START Exercise materials

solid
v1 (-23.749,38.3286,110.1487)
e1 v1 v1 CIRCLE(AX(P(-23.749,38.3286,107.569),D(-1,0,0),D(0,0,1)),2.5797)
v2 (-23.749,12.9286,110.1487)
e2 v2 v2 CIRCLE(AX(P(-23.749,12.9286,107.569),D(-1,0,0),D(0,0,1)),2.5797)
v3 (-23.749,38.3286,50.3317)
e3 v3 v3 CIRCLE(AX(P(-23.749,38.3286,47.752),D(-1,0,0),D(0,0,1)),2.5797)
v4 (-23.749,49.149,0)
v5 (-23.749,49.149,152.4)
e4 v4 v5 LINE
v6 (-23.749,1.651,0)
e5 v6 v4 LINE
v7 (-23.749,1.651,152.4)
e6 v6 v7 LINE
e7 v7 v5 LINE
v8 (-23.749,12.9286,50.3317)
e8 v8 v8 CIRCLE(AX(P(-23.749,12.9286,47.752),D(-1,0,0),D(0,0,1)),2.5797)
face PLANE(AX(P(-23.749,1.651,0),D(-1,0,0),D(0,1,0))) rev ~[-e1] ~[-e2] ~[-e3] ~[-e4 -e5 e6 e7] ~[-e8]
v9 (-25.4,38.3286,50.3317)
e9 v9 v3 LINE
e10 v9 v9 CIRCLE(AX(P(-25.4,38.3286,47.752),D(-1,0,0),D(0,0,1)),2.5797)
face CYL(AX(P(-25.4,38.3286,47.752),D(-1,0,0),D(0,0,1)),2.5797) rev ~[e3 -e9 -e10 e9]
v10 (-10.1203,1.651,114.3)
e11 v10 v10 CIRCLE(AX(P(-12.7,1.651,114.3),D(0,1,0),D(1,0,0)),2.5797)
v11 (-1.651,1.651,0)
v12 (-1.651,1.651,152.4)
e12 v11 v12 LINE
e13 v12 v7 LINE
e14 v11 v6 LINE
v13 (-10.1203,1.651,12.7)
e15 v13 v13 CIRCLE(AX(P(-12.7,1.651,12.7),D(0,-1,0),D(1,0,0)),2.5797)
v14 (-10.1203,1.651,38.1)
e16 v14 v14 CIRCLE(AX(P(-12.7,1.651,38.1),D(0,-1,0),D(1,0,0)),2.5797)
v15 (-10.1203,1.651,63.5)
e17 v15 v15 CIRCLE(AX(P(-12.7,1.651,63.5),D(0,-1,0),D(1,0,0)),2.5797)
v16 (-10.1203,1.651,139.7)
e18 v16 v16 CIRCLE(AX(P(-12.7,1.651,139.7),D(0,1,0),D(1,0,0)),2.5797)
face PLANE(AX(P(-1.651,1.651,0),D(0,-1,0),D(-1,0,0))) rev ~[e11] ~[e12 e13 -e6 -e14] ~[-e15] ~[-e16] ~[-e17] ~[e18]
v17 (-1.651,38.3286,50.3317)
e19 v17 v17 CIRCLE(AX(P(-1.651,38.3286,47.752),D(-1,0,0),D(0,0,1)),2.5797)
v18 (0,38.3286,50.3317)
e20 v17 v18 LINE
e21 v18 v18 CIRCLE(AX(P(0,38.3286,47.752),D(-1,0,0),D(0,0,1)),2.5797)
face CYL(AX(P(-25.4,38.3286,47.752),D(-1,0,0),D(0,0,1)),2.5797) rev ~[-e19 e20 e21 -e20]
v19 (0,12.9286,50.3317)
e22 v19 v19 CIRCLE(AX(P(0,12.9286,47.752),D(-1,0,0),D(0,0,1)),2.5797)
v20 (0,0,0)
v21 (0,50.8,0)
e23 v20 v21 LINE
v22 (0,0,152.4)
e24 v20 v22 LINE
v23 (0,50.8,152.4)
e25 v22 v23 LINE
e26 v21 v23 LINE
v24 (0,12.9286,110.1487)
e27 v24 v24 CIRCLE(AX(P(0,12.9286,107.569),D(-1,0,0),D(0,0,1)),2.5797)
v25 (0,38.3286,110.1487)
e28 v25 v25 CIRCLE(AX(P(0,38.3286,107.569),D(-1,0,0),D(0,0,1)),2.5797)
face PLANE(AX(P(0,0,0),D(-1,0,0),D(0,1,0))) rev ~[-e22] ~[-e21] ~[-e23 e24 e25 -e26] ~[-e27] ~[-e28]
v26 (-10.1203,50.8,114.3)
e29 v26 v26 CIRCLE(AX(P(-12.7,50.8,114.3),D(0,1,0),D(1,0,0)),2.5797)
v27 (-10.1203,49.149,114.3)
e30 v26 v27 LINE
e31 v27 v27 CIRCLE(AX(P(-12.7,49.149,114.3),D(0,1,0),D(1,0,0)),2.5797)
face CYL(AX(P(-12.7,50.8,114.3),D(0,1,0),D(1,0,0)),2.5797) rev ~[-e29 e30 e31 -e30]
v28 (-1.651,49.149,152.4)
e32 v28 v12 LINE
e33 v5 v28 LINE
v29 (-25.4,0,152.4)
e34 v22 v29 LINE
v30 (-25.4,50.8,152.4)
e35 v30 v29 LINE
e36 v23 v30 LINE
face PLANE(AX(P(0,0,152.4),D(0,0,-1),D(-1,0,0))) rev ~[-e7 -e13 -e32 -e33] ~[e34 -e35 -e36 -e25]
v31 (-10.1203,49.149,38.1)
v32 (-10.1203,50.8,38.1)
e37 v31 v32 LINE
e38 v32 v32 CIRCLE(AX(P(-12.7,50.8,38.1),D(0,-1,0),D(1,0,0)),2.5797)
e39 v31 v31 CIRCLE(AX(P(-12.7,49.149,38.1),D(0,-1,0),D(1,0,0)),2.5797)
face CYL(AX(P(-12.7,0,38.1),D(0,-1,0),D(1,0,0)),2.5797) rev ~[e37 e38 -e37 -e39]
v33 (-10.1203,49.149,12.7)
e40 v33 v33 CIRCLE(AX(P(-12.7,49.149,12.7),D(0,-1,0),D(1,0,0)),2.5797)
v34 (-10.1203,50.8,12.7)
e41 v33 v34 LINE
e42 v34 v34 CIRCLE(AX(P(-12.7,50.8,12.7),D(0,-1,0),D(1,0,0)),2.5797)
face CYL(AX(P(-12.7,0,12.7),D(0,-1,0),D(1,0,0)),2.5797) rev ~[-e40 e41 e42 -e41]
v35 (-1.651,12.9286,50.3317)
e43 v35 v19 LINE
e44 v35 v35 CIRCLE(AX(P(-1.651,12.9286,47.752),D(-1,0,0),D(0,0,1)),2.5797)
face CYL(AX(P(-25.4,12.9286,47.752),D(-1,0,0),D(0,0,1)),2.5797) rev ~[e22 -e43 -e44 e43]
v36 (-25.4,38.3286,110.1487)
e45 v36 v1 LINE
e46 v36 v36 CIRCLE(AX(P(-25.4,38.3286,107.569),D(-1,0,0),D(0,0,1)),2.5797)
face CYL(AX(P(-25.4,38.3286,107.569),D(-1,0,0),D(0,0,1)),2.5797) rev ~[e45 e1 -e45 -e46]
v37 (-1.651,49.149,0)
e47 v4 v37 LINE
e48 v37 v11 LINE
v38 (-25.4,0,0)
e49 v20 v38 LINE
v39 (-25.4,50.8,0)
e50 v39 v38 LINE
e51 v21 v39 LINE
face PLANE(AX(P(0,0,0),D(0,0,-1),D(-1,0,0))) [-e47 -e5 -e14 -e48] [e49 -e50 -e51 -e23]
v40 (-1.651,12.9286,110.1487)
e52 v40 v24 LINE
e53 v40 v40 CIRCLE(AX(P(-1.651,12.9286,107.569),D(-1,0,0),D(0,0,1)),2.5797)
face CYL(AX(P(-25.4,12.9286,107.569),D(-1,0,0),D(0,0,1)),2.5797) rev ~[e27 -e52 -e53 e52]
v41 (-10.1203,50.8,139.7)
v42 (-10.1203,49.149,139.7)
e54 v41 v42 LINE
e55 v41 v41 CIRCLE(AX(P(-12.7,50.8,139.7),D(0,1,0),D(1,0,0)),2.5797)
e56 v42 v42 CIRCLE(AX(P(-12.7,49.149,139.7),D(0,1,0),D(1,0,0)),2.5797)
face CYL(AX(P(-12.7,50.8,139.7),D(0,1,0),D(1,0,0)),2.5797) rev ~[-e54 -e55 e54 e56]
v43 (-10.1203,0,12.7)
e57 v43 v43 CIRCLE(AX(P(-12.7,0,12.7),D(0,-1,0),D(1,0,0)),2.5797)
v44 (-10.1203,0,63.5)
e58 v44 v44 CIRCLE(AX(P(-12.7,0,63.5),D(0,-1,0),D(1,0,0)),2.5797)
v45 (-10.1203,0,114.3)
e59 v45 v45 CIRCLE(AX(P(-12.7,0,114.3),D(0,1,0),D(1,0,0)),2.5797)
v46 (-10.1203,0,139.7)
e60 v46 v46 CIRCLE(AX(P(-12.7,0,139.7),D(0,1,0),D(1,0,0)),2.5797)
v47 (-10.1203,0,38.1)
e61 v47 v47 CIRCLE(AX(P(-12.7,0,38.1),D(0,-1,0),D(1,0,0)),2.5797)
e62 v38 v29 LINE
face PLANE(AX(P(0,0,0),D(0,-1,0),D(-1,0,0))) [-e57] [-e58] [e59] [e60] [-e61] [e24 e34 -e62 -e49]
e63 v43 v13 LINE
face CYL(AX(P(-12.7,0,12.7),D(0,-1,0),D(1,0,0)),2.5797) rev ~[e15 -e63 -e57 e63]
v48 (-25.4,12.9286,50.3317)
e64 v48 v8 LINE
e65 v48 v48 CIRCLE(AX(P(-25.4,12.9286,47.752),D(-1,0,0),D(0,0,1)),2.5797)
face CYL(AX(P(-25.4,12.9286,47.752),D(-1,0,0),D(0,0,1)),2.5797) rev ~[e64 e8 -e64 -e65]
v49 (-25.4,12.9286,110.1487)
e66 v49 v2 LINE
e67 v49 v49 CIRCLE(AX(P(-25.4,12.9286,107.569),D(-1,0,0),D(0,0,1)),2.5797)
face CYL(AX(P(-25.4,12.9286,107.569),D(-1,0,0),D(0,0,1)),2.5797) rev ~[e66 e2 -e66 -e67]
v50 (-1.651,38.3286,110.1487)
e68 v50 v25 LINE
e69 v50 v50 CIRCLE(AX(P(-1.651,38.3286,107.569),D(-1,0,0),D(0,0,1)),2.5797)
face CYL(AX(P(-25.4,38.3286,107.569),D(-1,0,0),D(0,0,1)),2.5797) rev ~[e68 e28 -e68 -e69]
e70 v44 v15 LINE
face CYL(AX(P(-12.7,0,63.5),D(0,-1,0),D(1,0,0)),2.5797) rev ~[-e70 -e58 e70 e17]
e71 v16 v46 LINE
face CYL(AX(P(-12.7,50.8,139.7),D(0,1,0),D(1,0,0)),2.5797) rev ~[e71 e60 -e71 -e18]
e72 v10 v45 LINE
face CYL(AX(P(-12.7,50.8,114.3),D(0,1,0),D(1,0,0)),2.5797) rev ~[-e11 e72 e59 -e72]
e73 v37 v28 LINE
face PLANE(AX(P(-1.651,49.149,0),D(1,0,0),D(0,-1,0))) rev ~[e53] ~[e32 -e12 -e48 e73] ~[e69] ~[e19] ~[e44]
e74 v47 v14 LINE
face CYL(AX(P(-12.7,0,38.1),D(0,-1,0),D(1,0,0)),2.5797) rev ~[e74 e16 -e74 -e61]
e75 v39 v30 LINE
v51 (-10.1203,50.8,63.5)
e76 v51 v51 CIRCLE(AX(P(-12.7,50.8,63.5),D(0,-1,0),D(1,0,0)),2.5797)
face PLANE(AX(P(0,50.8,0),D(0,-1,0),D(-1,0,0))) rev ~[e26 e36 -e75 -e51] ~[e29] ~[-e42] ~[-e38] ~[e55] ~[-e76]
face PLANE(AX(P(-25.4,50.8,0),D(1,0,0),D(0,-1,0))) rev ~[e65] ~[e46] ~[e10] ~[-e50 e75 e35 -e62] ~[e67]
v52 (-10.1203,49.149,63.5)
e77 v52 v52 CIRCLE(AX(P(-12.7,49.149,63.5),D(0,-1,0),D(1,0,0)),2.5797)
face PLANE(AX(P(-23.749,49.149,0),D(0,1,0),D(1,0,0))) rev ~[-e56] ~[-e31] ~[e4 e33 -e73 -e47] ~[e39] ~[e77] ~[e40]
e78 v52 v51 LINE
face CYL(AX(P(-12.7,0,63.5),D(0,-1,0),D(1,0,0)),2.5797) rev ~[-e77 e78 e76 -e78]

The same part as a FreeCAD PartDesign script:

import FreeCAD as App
import Part
import Sketcher

V = App.Vector
Q = App.Units.Quantity

doc = App.newDocument("Part")
body = doc.addObject("PartDesign::Body", "Body")

# Sketch on XY plane
sketch1 = doc.addObject("Sketcher::SketchObject", "Sketch")
body.addObject(sketch1)
sketch1.AttachmentSupport = (doc.XY_Plane, [""])
sketch1.MapMode = "FlatFace"
sketch1.addGeometry(Part.LineSegment(V(0, 51, 0), V(0, 0, 0)), False)
sketch1.addGeometry(Part.LineSegment(V(0, 0, 0), V(-25, 0, 0)), False)
sketch1.addGeometry(Part.LineSegment(V(-25, 0, 0), V(-25, 51, 0)), False)
sketch1.addGeometry(Part.LineSegment(V(-25, 51, 0), V(0, 51, 0)), False)
sketch1.addGeometry(Part.LineSegment(V(-2, 49, 0), V(-24, 49, 0)), False)
sketch1.addGeometry(Part.LineSegment(V(-24, 49, 0), V(-24, 2, 0)), False)
sketch1.addGeometry(Part.LineSegment(V(-24, 2, 0), V(-2, 2, 0)), False)
sketch1.addGeometry(Part.LineSegment(V(-2, 2, 0), V(-2, 49, 0)), False)
sketch1.addConstraint(Sketcher.Constraint("Coincident", 0, 2, 1, 1))
sketch1.addConstraint(Sketcher.Constraint("Coincident", 1, 2, 2, 1))
sketch1.addConstraint(Sketcher.Constraint("Coincident", 2, 2, 3, 1))
sketch1.addConstraint(Sketcher.Constraint("Coincident", 3, 2, 0, 1))
sketch1.addConstraint(Sketcher.Constraint("Coincident", 4, 2, 5, 1))
sketch1.addConstraint(Sketcher.Constraint("Coincident", 5, 2, 6, 1))
sketch1.addConstraint(Sketcher.Constraint("Coincident", 6, 2, 7, 1))
sketch1.addConstraint(Sketcher.Constraint("Coincident", 7, 2, 4, 1))
sketch1.addConstraint(Sketcher.Constraint("Vertical", 0))
sketch1.addConstraint(Sketcher.Constraint("Horizontal", 1))
sketch1.addConstraint(Sketcher.Constraint("Vertical", 2))
sketch1.addConstraint(Sketcher.Constraint("Horizontal", 3))
sketch1.addConstraint(Sketcher.Constraint("Horizontal", 4))
sketch1.addConstraint(Sketcher.Constraint("Vertical", 5))
sketch1.addConstraint(Sketcher.Constraint("Horizontal", 6))
sketch1.addConstraint(Sketcher.Constraint("Vertical", 7))
sketch1.addConstraint(Sketcher.Constraint("Coincident", 0, 2, -1, 1))
sketch1.addConstraint(Sketcher.Constraint("DistanceX", 1, 2, 1, 1, Q("1 in")))
sketch1.addConstraint(Sketcher.Constraint("DistanceY", 0, 2, 0, 1, Q("2 in")))
sketch1.addConstraint(Sketcher.Constraint("DistanceY", -1, 1, 5, 2, Q("0.065 in")))
sketch1.addConstraint(Sketcher.Constraint("DistanceX", 6, 2, -1, 1, Q("0.065 in")))
sketch1.addConstraint(Sketcher.Constraint("DistanceX", 2, 2, 4, 2, Q("0.065 in")))
sketch1.addConstraint(Sketcher.Constraint("DistanceY", 4, 2, 2, 2, Q("0.065 in")))
pad1 = doc.addObject("PartDesign::Pad", "Pad")
body.addObject(pad1)
pad1.Profile = sketch1
pad1.Length = Q("6 in")

# Sketch on XZ plane
sketch2 = doc.addObject("Sketcher::SketchObject", "Sketch001")
body.addObject(sketch2)
sketch2.AttachmentSupport = (doc.XZ_Plane, [""])
sketch2.MapMode = "FlatFace"
sketch2.addGeometry(Part.Circle(V(38.1, 12.7, 0), V(0, 0, 1), 2.6), False)
sketch2.addGeometry(Part.Circle(V(12.7, 12.7, 0), V(0, 0, 1), 2.6), False)
sketch2.addGeometry(Part.Circle(V(-12.7, 12.7, 0), V(0, 0, 1), 2.6), False)
sketch2.addGeometry(Part.Circle(V(-12.7, 38.1, 0), V(0, 0, 1), 2.6), False)
sketch2.addGeometry(Part.Circle(V(-12.7, 63.5, 0), V(0, 0, 1), 2.6), False)
sketch2.addConstraint(Sketcher.Constraint("Equal", 0, 1))
sketch2.addConstraint(Sketcher.Constraint("Equal", 1, 2))
sketch2.addConstraint(Sketcher.Constraint("Equal", 2, 3))
sketch2.addConstraint(Sketcher.Constraint("Equal", 3, 4))
sketch2.addConstraint(Sketcher.Constraint("Symmetric", 1, 3, 2, 3, -2))
sketch2.addConstraint(Sketcher.Constraint("Horizontal", 0, 3, 1, 3))
sketch2.addConstraint(Sketcher.Constraint("Vertical", 2, 3, 3, 3))
sketch2.addConstraint(Sketcher.Constraint("Vertical", 3, 3, 4, 3))
sketch2.addConstraint(Sketcher.Constraint("Diameter", 0, Q("0.203126 in")))
sketch2.addConstraint(Sketcher.Constraint("DistanceX", 1, 3, 0, 3, Q("1 in")))
sketch2.addConstraint(Sketcher.Constraint("DistanceX", 2, 3, 1, 3, Q("1 in")))
sketch2.addConstraint(Sketcher.Constraint("DistanceY", 2, 3, 3, 3, Q("1 in")))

END Exercise materials

What the task requires:
Using the entries above, output exactly the lines between the line holding "v11 (-1.651,1.651,0)" and the line holding "e35 v30 v29 LINE", end lines included, and nothing more.

The completed task:
v11 (-1.651,1.651,0)
v12 (-1.651,1.651,152.4)
e12 v11 v12 LINE
e13 v12 v7 LINE
e14 v11 v6 LINE
v13 (-10.1203,1.651,12.7)
e15 v13 v13 CIRCLE(AX(P(-12.7,1.651,12.7),D(0,-1,0),D(1,0,0)),2.5797)
v14 (-10.1203,1.651,38.1)
e16 v14 v14 CIRCLE(AX(P(-12.7,1.651,38.1),D(0,-1,0),D(1,0,0)),2.5797)
v15 (-10.1203,1.651,63.5)
e17 v15 v15 CIRCLE(AX(P(-12.7,1.651,63.5),D(0,-1,0),D(1,0,0)),2.5797)
v16 (-10.1203,1.651,139.7)
e18 v16 v16 CIRCLE(AX(P(-12.7,1.651,139.7),D(0,1,0),D(1,0,0)),2.5797)
face PLANE(AX(P(-1.651,1.651,0),D(0,-1,0),D(-1,0,0))) rev ~[e11] ~[e12 e13 -e6 -e14] ~[-e15] ~[-e16] ~[-e17] ~[e18]
v17 (-1.651,38.3286,50.3317)
e19 v17 v17 CIRCLE(AX(P(-1.651,38.3286,47.752),D(-1,0,0),D(0,0,1)),2.5797)
v18 (0,38.3286,50.3317)
e20 v17 v18 LINE
e21 v18 v18 CIRCLE(AX(P(0,38.3286,47.752),D(-1,0,0),D(0,0,1)),2.5797)
face CYL(AX(P(-25.4,38.3286,47.752),D(-1,0,0),D(0,0,1)),2.5797) rev ~[-e19 e20 e21 -e20]
v19 (0,12.9286,50.3317)
e22 v19 v19 CIRCLE(AX(P(0,12.9286,47.752),D(-1,0,0),D(0,0,1)),2.5797)
v20 (0,0,0)
v21 (0,50.8,0)
e23 v20 v21 LINE
v22 (0,0,152.4)
e24 v20 v22 LINE
v23 (0,50.8,152.4)
e25 v22 v23 LINE
e26 v21 v23 LINE
v24 (0,12.9286,110.1487)
e27 v24 v24 CIRCLE(AX(P(0,12.9286,107.569),D(-1,0,0),D(0,0,1)),2.5797)
v25 (0,38.3286,110.1487)
e28 v25 v25 CIRCLE(AX(P(0,38.3286,107.569),D(-1,0,0),D(0,0,1)),2.5797)
face PLANE(AX(P(0,0,0),D(-1,0,0),D(0,1,0))) rev ~[-e22] ~[-e21] ~[-e23 e24 e25 -e26] ~[-e27] ~[-e28]
v26 (-10.1203,50.8,114.3)
e29 v26 v26 CIRCLE(AX(P(-12.7,50.8,114.3),D(0,1,0),D(1,0,0)),2.5797)
v27 (-10.1203,49.149,114.3)
e30 v26 v27 LINE
e31 v27 v27 CIRCLE(AX(P(-12.7,49.149,114.3),D(0,1,0),D(1,0,0)),2.5797)
face CYL(AX(P(-12.7,50.8,114.3),D(0,1,0),D(1,0,0)),2.5797) rev ~[-e29 e30 e31 -e30]
v28 (-1.651,49.149,152.4)
e32 v28 v12 LINE
e33 v5 v28 LINE
v29 (-25.4,0,152.4)
e34 v22 v29 LINE
v30 (-25.4,50.8,152.4)
e35 v30 v29 LINE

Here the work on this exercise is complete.